— Provided records —
+-------+

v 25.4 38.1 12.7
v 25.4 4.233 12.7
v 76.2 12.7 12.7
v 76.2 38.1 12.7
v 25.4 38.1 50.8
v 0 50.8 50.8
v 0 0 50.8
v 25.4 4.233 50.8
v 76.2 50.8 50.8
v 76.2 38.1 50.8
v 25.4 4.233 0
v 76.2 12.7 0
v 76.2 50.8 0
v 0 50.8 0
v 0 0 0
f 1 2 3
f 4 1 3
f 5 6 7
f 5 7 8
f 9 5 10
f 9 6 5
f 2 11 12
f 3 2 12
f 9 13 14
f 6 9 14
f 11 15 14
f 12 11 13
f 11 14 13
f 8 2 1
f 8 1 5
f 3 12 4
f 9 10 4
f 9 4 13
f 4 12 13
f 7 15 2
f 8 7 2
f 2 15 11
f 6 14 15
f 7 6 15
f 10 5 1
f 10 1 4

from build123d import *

# Parameters (mm, degrees)
F2_DEPTH = 50.8
F0_W     = 50.8
F0_H     = 38.1
F3_DEPTH = 38.1


with BuildPart() as f2:
    # F1 (on Top) → F2 (new body)
    with BuildSketch(Plane.XY):
        Polygon((0, 50.8), (0, 0), (25.4, 4.233333), (25.4, 38.1), (76.2, 38.1), (76.2, 50.8), align=None)
        Polygon((25.4, 38.1), (25.4, 4.233333), (76.2, 12.7), (76.2, 38.1), align=None)
    extrude(amount=F2_DEPTH)

    # F0 (on Front) → F3 (cut)
    with BuildSketch(Plane.XZ):
        with Locations((50.8, 31.75)):
            Rectangle(F0_W, F0_H)
    extrude(amount=-F3_DEPTH, mode=Mode.SUBTRACT)


solid = f2.part
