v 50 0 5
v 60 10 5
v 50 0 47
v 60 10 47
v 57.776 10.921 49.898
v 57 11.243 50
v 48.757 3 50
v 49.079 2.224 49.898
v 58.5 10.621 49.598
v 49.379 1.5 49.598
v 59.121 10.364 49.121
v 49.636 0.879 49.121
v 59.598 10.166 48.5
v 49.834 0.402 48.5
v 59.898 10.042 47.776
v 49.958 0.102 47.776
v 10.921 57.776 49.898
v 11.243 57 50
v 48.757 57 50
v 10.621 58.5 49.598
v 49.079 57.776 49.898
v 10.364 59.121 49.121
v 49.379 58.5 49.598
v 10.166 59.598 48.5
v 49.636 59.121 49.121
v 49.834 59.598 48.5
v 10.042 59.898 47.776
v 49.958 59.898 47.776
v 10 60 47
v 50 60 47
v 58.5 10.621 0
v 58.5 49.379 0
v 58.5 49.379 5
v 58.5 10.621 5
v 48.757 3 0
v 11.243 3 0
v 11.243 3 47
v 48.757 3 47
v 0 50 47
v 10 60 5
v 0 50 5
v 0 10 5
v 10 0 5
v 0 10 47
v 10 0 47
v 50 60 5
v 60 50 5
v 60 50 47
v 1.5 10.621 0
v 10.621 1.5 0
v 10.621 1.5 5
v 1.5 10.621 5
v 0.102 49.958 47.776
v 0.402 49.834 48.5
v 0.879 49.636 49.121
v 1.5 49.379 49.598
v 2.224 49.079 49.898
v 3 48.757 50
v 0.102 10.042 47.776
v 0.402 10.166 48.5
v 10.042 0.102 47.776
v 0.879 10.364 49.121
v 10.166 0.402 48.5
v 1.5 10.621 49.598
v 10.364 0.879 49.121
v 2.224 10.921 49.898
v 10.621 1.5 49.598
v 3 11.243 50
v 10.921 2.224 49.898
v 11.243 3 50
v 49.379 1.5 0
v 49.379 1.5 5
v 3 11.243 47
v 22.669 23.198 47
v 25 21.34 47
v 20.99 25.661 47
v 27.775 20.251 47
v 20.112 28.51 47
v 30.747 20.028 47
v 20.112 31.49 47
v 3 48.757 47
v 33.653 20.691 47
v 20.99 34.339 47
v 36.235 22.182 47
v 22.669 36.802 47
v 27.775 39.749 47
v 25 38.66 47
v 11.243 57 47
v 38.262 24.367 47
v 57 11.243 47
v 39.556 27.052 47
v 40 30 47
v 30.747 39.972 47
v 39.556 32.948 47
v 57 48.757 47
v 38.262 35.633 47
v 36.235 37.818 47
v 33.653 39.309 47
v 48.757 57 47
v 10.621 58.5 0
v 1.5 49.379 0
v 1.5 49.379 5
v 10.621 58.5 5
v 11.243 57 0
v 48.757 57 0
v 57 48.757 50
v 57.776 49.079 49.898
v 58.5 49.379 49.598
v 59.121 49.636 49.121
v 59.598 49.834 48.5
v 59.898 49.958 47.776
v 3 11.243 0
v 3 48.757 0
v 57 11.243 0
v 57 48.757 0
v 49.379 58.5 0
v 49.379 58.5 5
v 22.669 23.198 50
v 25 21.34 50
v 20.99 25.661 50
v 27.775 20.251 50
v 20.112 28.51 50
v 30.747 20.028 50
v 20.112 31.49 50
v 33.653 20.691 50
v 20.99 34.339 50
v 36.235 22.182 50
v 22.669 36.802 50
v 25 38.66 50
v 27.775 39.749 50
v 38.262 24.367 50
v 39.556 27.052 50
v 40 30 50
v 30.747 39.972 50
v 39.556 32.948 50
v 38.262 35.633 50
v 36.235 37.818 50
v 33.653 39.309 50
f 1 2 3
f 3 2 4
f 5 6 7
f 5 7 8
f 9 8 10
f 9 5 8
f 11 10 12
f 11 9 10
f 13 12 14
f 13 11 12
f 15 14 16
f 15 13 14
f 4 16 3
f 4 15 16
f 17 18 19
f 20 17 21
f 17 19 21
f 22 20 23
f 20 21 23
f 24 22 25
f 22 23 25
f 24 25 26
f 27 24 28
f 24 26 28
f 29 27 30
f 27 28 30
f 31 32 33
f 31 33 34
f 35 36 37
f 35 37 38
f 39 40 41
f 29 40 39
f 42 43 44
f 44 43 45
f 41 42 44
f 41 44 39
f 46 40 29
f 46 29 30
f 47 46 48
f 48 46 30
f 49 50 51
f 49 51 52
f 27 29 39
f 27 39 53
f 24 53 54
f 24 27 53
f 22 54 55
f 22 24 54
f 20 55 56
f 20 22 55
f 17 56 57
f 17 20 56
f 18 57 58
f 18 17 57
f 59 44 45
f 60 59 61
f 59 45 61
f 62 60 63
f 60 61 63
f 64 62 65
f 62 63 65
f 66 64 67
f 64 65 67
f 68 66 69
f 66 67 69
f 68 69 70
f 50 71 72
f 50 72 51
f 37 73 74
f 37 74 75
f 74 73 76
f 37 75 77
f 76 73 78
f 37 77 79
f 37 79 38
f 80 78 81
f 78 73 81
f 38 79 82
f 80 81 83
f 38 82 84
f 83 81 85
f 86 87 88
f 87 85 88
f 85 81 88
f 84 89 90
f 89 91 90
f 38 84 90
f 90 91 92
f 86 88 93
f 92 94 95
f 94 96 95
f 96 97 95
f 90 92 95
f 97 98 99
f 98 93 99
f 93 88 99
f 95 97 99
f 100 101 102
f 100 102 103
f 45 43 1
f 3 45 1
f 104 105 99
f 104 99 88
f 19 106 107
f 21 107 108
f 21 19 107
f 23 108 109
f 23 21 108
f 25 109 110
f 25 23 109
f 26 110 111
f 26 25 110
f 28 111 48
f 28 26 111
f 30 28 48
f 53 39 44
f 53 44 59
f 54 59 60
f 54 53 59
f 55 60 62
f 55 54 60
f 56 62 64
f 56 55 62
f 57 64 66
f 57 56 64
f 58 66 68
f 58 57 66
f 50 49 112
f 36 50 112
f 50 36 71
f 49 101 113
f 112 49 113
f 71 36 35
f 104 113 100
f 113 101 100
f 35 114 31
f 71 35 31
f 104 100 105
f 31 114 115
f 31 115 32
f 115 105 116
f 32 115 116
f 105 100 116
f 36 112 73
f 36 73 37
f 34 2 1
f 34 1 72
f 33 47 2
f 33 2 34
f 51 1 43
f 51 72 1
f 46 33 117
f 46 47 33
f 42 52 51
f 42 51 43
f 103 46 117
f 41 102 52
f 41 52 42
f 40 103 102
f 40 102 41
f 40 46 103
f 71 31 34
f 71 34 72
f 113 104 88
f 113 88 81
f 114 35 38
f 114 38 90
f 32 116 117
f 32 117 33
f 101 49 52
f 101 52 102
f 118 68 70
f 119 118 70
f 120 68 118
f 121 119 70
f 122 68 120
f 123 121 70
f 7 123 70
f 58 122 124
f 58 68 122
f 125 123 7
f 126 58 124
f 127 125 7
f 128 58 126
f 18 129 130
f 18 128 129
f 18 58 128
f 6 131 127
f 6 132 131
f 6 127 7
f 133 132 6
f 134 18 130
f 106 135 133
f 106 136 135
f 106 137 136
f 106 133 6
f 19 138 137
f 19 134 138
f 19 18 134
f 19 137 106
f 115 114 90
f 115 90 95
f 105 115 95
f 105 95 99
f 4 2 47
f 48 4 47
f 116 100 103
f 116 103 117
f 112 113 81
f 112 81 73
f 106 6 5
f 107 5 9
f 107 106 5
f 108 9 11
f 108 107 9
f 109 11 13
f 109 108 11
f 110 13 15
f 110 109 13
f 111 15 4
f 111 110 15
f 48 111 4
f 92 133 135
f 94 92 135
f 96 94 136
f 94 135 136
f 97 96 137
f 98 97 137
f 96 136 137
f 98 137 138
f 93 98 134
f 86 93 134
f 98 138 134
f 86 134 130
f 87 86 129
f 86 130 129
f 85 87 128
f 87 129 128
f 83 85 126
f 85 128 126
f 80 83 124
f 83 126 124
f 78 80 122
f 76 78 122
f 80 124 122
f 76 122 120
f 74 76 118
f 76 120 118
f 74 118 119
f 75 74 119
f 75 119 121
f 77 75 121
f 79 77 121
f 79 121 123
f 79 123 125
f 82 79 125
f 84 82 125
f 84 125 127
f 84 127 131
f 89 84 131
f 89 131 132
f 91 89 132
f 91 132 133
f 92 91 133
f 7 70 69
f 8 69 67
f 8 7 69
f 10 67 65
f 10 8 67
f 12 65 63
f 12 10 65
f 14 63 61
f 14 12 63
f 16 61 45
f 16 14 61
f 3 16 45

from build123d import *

# Parameters (mm, degrees)
SKETCH1_W           = 60
SKETCH1_H           = 60
BOSS_EXTRUDE1_DEPTH = 50
CHAMFER1_SIZE       = 10
FILLET1_R           = 3
SHELL2_DEPTH        = 47
CUT_EXTRUDE1_REACH  = 100.489
SKETCH2_R           = 10
CUT_EXTRUDE2_DEPTH  = 5


# Read off the part's stored shape, not the designer's step: Shell2
with BuildPart() as part:
    # Sketch1 → Boss-Extrude1 (new body)
    with BuildSketch(Plane.XY):
        with Locations((30, 30)):
            Rectangle(SKETCH1_W, SKETCH1_H)
    extrude(amount=BOSS_EXTRUDE1_DEPTH)

    # Chamfer1
    chamfer1_edges = [part.edges().sort_by_distance(p)[0] for p in [
        (0, 60, 25),
        (60, 60, 25),
        (60, 0, 25),
        (0, 0, 25),
    ]]
    chamfer(chamfer1_edges, length=CHAMFER1_SIZE)

    # Fillet1
    fillet1_edges = [part.edges().sort_by_distance(p)[0] for p in [
        (0, 30, 50),
        (30, 60, 50),
        (30, 0, 50),
        (60, 30, 50),
        (55, 55, 50),
        (55, 5, 50),
        (5, 5, 50),
        (5, 55, 50),
    ]]
    fillet(fillet1_edges, radius=FILLET1_R)

    # Shell2 outline → Shell2 (cut)
    with BuildSketch(Plane.XY):
        Polygon((3, 48.757359313), (3, 11.242640687), (11.242640687, 3), (48.757359313, 3), (57, 11.242640687), (57, 48.757359313), (48.757359313, 57), (11.242640687, 57), align=None)
    extrude(amount=SHELL2_DEPTH, mode=Mode.SUBTRACT)

    # Sketch2 → Cut-Extrude1 (cut, up to next)
    with BuildSketch(Plane.XY.offset(50), mode=Mode.PRIVATE) as cut_extrude1_sk1:
        with Locations((30, 30)):
            Circle(SKETCH2_R)
    cut_extrude1_tool1 = extrude(cut_extrude1_sk1.sketch, amount=-CUT_EXTRUDE1_REACH, mode=Mode.PRIVATE) & part.part
    add(cut_extrude1_tool1.solids().sort_by_distance((30, 30, 50))[0], mode=Mode.SUBTRACT)

    # Sketch3 → Cut-Extrude2 (cut)
    with BuildSketch(Plane(origin=(0, 0, 0), x_dir=(-1, 0, 0), z_dir=(0, 0, -1))):
        Polygon((0, 10), (0, 50), (-10, 60), (-50, 60), (-60, 50), (-60, 10), (-50, 0), (-10, 0), align=None)
        Polygon((-1.5, 10.621320344), (-1.5, 49.378679656), (-10.621320344, 58.5), (-49.378679656, 58.5), (-58.5, 49.378679656), (-58.5, 10.621320344), (-49.378679656, 1.5), (-10.621320344, 1.5), align=None, mode=Mode.SUBTRACT)
    extrude(amount=-CUT_EXTRUDE2_DEPTH, mode=Mode.SUBTRACT)


solid = part.part
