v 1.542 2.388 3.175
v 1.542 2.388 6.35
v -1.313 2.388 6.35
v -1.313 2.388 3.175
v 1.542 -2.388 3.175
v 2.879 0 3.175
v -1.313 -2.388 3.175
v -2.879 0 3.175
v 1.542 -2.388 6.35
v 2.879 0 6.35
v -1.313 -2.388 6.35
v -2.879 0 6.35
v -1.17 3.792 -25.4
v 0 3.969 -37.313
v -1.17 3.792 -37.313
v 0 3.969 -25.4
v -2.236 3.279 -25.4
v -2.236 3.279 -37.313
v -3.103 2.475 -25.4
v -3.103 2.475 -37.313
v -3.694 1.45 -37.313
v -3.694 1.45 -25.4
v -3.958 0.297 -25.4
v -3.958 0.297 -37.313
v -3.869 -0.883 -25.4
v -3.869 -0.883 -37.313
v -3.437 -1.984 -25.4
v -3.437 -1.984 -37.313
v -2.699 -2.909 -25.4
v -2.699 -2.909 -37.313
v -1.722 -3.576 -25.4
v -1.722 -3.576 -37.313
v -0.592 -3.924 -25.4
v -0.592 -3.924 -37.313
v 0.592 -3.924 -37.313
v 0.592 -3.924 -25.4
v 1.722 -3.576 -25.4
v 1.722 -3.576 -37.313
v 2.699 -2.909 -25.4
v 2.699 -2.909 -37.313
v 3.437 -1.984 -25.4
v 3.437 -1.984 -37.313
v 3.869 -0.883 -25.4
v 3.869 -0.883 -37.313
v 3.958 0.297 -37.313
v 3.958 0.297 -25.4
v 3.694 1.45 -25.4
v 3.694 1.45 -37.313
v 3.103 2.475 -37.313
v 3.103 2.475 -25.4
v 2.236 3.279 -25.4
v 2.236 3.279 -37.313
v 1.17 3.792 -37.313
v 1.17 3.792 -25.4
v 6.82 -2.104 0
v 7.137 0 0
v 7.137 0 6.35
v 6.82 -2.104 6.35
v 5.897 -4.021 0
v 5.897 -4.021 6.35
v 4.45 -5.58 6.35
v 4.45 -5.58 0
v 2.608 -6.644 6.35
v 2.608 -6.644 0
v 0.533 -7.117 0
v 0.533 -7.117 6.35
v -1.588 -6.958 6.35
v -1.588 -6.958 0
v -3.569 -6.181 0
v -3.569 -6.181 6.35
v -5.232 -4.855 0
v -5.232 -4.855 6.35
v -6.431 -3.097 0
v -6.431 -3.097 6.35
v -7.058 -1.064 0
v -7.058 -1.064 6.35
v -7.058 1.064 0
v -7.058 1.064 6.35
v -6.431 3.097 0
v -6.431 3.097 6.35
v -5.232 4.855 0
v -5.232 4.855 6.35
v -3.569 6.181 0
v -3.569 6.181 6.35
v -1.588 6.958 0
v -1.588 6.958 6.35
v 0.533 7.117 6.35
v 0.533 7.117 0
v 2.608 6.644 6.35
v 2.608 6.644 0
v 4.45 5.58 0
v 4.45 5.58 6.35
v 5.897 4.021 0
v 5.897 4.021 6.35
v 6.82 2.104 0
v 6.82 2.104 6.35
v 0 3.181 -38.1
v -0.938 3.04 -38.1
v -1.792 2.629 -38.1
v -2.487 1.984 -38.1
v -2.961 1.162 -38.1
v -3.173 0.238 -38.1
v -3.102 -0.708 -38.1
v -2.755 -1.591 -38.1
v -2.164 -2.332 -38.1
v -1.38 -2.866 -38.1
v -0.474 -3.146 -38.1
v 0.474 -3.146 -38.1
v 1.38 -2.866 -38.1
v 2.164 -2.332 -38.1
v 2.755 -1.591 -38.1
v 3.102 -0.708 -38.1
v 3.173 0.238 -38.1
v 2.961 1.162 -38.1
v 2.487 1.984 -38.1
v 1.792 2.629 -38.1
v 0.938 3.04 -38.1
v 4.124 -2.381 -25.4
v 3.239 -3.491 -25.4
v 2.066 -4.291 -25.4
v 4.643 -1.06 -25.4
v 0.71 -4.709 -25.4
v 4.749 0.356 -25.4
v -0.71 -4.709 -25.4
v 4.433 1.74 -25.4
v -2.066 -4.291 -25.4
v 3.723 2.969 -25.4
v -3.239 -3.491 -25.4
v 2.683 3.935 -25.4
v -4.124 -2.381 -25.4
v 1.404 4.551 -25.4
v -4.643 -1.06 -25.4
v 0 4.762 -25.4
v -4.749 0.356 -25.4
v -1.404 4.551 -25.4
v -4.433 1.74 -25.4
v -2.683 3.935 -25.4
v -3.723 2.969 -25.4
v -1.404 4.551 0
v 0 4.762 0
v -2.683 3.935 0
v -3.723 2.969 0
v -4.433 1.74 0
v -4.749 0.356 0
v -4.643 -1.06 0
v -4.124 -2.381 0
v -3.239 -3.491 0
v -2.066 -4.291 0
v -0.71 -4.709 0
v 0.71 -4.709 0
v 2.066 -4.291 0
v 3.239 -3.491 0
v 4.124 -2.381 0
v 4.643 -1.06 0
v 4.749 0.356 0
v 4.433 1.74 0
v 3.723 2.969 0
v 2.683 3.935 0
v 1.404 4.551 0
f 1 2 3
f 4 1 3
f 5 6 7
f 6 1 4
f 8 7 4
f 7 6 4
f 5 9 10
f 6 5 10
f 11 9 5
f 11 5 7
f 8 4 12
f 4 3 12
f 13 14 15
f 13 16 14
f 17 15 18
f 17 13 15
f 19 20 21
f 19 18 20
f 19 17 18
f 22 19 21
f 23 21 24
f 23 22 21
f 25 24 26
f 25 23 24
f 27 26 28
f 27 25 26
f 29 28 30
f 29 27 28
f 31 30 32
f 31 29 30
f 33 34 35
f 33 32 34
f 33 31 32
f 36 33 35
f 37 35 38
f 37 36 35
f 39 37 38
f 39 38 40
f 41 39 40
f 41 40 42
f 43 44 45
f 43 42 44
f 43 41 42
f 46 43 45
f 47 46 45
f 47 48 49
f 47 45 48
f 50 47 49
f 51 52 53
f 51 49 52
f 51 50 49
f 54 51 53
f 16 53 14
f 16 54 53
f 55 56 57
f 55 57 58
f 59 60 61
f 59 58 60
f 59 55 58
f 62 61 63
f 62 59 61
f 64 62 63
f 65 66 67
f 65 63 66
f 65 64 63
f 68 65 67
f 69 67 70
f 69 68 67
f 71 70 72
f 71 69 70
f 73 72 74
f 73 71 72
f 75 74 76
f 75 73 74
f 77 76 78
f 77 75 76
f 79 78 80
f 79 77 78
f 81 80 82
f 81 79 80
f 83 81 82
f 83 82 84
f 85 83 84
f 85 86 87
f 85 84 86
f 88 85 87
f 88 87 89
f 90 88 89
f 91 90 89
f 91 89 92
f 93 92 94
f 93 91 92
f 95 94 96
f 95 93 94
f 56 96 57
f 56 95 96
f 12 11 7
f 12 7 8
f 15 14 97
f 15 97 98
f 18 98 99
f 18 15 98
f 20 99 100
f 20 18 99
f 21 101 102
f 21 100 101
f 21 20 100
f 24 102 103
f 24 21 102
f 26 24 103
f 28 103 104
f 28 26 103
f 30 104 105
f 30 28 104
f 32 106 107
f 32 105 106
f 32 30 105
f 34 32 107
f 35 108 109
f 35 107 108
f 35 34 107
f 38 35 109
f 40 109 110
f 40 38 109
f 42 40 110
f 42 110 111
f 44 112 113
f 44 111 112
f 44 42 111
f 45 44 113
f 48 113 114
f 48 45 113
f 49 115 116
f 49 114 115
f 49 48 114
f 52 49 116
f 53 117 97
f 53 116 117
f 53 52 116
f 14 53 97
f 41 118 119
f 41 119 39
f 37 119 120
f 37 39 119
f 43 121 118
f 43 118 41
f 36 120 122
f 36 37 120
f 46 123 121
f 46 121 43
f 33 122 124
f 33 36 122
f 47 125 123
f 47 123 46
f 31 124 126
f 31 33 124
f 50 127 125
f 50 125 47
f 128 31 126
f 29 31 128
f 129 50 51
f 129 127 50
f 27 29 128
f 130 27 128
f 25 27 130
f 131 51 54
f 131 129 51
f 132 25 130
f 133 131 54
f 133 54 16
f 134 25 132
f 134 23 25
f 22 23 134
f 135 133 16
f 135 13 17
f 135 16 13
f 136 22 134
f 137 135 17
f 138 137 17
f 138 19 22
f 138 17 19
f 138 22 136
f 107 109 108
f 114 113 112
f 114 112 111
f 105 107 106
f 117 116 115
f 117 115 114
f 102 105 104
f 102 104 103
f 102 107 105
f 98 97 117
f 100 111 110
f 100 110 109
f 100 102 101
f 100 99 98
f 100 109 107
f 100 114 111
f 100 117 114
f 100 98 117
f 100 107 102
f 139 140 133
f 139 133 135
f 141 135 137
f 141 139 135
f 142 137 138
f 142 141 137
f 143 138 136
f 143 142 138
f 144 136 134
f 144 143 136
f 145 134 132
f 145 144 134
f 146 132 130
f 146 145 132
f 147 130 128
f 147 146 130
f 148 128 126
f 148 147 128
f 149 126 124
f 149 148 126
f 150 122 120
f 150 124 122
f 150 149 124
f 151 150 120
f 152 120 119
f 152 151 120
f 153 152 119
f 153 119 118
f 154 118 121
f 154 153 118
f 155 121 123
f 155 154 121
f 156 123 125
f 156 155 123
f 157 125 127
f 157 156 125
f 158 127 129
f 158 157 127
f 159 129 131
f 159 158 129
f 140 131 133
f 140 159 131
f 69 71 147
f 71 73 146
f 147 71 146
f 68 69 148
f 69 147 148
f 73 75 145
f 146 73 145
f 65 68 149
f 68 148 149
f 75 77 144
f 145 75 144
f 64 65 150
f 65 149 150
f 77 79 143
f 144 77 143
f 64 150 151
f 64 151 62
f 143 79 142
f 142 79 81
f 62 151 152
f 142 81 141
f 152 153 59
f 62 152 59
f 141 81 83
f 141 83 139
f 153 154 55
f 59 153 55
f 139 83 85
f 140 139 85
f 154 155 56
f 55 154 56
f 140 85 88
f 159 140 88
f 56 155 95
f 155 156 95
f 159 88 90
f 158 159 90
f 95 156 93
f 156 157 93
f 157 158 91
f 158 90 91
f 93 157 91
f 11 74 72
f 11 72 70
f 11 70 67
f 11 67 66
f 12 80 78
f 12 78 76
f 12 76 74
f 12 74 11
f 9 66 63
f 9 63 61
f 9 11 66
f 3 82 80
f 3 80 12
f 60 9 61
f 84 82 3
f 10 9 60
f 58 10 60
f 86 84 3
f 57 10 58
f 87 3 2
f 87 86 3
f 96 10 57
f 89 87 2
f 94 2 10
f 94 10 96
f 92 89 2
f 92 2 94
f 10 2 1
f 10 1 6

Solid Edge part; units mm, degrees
sketch "Sketch1" plane through (0, 0, 0) normal (0, 0, 1) x (1, 0, 0)
  circle A0 centre (0, 0) radius 7.1374
  dimension "D1" = 14.2748
extrude "Protrusion1" add sketch "Sketch1" along normal blind 6.35
sketch "Sketch2" plane through (0, 0, 0) normal (0, 0, -1) x (0, 1, 0)
  circle A0 centre (0, 0) radius 4.7625
  dimension "D1" = 9.525
extrude "Protrusion2" add sketch "Sketch2" along normal blind 25.4
sketch "Sketch3" plane through (0, 0, -25.4) normal (0, 0, -1) x (0, 1, 0)
  circle A0 centre (0, 0) radius 3.9688
  dimension "D1" = 7.9375
extrude "Protrusion3" add sketch "Sketch3" along normal blind 12.7
sketch "Sketch4" plane through (0, 0, 6.35) normal (0, 0, 1) x (0, 1, 0)
  line L0 (-2.3876, 1.3131) -> (0, 2.8792)
  line L1 (-2.3876, -1.5424) -> (-2.3876, 1.3131)
  line L2 (-2.3876, -1.5424) -> (0, -2.8792)
  line L3 (2.3876, -1.5424) -> (0, -2.8792)
  line L4 (2.3876, -1.5424) -> (2.3876, 1.3131)
  line L5 (2.3876, 1.3131) -> (0, 2.8792)
  dimension "D1" = 4.7752
extrude "Cutout1" cut sketch "Sketch4" against normal blind 3.175
chamfer "Chamfer1" distance 0.7874 angle 45 1 edges at (0, -3.9688, -38.1)
properties part number "171469" material "Stainless Steel, 304"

+-------+

— Prompt —
The lines above from the one with "v -7.058 -1.064 6.35" through the one with "v 3.723 2.969 0" are to be duplicated exactly, ends included, with nothing added.

— Task answer —
v -7.058 -1.064 6.35
v -7.058 1.064 0
v -7.058 1.064 6.35
v -6.431 3.097 0
v -6.431 3.097 6.35
v -5.232 4.855 0
v -5.232 4.855 6.35
v -3.569 6.181 0
v -3.569 6.181 6.35
v -1.588 6.958 0
v -1.588 6.958 6.35
v 0.533 7.117 6.35
v 0.533 7.117 0
v 2.608 6.644 6.35
v 2.608 6.644 0
v 4.45 5.58 0
v 4.45 5.58 6.35
v 5.897 4.021 0
v 5.897 4.021 6.35
v 6.82 2.104 0
v 6.82 2.104 6.35
v 0 3.181 -38.1
v -0.938 3.04 -38.1
v -1.792 2.629 -38.1
v -2.487 1.984 -38.1
v -2.961 1.162 -38.1
v -3.173 0.238 -38.1
v -3.102 -0.708 -38.1
v -2.755 -1.591 -38.1
v -2.164 -2.332 -38.1
v -1.38 -2.866 -38.1
v -0.474 -3.146 -38.1
v 0.474 -3.146 -38.1
v 1.38 -2.866 -38.1
v 2.164 -2.332 -38.1
v 2.755 -1.591 -38.1
v 3.102 -0.708 -38.1
v 3.173 0.238 -38.1
v 2.961 1.162 -38.1
v 2.487 1.984 -38.1
v 1.792 2.629 -38.1
v 0.938 3.04 -38.1
v 4.124 -2.381 -25.4
v 3.239 -3.491 -25.4
v 2.066 -4.291 -25.4
v 4.643 -1.06 -25.4
v 0.71 -4.709 -25.4
v 4.749 0.356 -25.4
v -0.71 -4.709 -25.4
v 4.433 1.74 -25.4
v -2.066 -4.291 -25.4
v 3.723 2.969 -25.4
v -3.239 -3.491 -25.4
v 2.683 3.935 -25.4
v -4.124 -2.381 -25.4
v 1.404 4.551 -25.4
v -4.643 -1.06 -25.4
v 0 4.762 -25.4
v -4.749 0.356 -25.4
v -1.404 4.551 -25.4
v -4.433 1.74 -25.4
v -2.683 3.935 -25.4
v -3.723 2.969 -25.4
v -1.404 4.551 0
v 0 4.762 0
v -2.683 3.935 0
v -3.723 2.969 0
v -4.433 1.74 0
v -4.749 0.356 0
v -4.643 -1.06 0
v -4.124 -2.381 0
v -3.239 -3.491 0
v -2.066 -4.291 0
v -0.71 -4.709 0
v 0.71 -4.709 0
v 2.066 -4.291 0
v 3.239 -3.491 0
v 4.124 -2.381 0
v 4.643 -1.06 0
v 4.749 0.356 0
v 4.433 1.74 0
v 3.723 2.969 0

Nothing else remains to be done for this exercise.